*** INFORMATION GIVEN ***
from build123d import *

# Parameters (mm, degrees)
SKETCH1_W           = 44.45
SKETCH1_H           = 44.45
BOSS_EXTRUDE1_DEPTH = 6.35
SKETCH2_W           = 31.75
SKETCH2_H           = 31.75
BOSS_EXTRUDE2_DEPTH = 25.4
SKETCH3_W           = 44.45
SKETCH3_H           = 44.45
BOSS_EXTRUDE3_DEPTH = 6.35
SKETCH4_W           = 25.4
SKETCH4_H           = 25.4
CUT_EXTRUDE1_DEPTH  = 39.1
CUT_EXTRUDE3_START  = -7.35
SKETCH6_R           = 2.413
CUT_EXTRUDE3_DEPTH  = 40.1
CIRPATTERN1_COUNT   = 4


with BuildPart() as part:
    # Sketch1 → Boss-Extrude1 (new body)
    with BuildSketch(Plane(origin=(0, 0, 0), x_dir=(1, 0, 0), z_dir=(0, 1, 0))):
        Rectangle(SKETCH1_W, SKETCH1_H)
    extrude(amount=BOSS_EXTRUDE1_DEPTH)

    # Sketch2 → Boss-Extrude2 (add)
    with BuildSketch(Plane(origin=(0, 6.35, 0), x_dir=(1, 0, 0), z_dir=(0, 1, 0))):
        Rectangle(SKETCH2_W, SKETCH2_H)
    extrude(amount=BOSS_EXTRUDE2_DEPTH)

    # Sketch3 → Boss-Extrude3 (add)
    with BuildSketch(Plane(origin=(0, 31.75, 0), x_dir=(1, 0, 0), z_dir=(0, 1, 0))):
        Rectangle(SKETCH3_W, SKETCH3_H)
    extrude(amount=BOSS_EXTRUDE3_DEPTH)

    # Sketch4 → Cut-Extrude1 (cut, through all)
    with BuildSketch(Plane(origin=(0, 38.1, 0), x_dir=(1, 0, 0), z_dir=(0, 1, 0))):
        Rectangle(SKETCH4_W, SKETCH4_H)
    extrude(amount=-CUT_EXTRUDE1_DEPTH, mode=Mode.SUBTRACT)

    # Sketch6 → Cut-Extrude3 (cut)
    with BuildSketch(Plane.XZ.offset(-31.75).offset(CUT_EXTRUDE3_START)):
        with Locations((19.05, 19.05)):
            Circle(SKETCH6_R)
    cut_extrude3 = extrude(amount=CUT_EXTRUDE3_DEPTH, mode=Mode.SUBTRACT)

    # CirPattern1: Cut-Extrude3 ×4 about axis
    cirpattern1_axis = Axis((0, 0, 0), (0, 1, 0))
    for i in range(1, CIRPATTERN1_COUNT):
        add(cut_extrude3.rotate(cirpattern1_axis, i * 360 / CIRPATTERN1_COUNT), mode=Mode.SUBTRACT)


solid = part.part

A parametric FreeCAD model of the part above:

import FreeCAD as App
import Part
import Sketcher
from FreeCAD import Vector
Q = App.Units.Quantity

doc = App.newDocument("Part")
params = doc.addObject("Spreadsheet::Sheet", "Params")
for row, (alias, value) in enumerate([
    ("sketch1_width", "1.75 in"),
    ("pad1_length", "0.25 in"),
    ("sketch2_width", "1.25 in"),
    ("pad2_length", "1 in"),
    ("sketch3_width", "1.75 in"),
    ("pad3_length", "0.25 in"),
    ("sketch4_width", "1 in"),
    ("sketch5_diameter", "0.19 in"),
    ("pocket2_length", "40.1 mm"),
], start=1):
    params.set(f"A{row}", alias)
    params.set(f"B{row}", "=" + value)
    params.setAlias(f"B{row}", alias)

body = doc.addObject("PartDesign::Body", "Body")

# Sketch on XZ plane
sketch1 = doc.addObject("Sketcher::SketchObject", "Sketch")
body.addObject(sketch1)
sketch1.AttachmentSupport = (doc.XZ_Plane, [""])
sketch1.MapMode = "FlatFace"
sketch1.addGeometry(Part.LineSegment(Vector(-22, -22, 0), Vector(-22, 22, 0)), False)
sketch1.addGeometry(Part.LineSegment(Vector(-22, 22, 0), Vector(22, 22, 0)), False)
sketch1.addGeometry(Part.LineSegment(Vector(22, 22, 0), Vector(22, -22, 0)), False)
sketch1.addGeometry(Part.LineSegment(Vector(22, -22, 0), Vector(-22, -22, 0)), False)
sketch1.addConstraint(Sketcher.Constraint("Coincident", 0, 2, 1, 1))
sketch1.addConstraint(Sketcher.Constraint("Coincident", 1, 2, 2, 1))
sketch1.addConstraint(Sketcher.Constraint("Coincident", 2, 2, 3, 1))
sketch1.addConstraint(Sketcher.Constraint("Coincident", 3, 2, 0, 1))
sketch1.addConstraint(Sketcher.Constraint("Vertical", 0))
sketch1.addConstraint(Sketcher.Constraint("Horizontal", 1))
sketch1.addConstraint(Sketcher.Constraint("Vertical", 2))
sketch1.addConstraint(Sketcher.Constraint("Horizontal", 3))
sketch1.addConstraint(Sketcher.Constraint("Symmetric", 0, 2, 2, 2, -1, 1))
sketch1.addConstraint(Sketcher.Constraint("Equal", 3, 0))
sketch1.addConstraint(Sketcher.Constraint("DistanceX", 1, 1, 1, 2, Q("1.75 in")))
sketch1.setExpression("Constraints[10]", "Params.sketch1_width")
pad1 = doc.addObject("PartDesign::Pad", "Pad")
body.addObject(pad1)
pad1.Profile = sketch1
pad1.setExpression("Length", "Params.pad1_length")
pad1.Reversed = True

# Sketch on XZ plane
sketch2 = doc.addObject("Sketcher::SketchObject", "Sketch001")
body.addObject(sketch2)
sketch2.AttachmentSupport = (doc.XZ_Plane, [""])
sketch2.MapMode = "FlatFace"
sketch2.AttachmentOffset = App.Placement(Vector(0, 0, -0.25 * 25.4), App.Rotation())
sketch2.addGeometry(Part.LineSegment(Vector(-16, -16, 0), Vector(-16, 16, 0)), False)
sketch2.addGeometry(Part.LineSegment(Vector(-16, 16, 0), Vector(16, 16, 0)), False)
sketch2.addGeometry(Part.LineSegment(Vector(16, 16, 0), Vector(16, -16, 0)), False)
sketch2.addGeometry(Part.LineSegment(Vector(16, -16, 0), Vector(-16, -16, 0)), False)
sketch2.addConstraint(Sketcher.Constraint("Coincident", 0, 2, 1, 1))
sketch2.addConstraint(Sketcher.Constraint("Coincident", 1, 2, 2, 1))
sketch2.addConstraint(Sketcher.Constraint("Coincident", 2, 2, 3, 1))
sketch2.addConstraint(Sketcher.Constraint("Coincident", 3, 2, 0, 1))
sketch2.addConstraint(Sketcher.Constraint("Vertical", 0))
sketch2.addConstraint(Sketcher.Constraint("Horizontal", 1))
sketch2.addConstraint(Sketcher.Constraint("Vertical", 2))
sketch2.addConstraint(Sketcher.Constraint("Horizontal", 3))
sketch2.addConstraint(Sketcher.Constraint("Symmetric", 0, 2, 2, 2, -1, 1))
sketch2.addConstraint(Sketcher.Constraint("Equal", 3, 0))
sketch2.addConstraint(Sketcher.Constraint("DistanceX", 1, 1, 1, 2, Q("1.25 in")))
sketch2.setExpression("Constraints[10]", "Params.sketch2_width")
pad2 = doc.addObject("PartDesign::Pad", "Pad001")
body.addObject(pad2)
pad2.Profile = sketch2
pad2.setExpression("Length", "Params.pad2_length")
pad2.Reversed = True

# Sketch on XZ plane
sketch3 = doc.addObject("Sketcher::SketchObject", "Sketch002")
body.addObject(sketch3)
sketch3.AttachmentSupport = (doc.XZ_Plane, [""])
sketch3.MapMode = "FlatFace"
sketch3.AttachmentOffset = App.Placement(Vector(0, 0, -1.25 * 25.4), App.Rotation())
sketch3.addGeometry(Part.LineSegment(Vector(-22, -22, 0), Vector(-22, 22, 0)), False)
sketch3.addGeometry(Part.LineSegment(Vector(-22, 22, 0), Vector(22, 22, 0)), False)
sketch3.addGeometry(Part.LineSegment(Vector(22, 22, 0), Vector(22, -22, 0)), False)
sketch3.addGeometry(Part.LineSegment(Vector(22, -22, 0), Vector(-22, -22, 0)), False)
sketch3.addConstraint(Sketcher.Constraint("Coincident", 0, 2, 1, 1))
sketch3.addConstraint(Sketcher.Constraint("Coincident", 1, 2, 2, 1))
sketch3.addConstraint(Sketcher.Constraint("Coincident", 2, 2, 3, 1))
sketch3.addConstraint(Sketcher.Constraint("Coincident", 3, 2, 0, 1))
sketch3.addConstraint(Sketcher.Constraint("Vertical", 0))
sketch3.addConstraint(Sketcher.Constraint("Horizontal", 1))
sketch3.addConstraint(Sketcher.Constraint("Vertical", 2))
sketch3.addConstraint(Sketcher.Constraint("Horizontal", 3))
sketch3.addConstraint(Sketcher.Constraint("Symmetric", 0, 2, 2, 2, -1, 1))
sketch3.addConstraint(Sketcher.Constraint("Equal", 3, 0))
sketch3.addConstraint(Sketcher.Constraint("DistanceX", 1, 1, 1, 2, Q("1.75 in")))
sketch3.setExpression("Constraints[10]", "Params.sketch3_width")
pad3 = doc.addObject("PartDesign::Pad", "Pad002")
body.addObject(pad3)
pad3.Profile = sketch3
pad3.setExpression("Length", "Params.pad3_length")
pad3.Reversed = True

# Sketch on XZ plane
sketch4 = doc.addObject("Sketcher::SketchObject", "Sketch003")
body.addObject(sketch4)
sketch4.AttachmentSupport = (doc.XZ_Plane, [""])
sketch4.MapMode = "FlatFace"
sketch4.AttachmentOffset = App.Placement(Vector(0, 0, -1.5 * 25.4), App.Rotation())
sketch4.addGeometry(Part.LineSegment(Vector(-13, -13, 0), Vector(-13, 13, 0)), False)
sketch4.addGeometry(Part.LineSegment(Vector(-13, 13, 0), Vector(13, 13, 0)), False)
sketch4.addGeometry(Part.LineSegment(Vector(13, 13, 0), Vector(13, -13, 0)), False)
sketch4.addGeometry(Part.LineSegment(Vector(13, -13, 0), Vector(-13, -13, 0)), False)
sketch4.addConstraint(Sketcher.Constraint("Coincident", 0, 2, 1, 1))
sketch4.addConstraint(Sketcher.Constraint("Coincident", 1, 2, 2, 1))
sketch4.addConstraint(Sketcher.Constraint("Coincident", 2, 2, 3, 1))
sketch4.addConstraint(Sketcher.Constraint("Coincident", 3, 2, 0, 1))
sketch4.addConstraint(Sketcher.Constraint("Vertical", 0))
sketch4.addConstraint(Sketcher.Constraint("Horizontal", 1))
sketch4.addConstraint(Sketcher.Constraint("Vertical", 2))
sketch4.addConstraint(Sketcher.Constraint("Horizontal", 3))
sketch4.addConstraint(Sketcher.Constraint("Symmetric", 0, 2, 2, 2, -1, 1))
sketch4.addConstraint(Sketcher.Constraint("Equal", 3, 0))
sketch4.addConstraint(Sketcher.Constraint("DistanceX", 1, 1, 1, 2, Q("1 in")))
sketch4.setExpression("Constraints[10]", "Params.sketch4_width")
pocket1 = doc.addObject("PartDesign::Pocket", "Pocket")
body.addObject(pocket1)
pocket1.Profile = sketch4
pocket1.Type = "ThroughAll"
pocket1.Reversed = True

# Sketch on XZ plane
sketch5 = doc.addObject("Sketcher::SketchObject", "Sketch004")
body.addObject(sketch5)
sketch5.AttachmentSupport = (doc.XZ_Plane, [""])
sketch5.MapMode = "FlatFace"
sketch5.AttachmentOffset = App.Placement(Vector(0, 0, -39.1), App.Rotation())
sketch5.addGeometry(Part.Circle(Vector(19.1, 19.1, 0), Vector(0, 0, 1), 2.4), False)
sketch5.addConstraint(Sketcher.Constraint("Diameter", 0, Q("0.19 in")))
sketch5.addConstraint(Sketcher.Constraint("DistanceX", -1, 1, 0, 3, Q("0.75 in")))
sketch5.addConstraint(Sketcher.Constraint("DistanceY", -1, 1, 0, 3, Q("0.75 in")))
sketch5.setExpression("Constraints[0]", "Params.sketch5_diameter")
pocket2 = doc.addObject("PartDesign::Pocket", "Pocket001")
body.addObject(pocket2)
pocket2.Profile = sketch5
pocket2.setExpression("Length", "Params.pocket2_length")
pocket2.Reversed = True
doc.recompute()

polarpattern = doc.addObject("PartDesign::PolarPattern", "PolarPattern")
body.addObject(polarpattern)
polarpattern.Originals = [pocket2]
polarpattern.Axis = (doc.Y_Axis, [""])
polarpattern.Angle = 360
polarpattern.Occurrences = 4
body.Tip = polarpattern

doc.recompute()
*** End of INFORMATION GIVEN ***
[EXERCISE] Take every line above that includes "amount" and list it.

[OUTPUT]
    extrude(amount=BOSS_EXTRUDE1_DEPTH)
    extrude(amount=BOSS_EXTRUDE2_DEPTH)
    extrude(amount=BOSS_EXTRUDE3_DEPTH)
    extrude(amount=-CUT_EXTRUDE1_DEPTH, mode=Mode.SUBTRACT)
    cut_extrude3 = extrude(amount=CUT_EXTRUDE3_DEPTH, mode=Mode.SUBTRACT)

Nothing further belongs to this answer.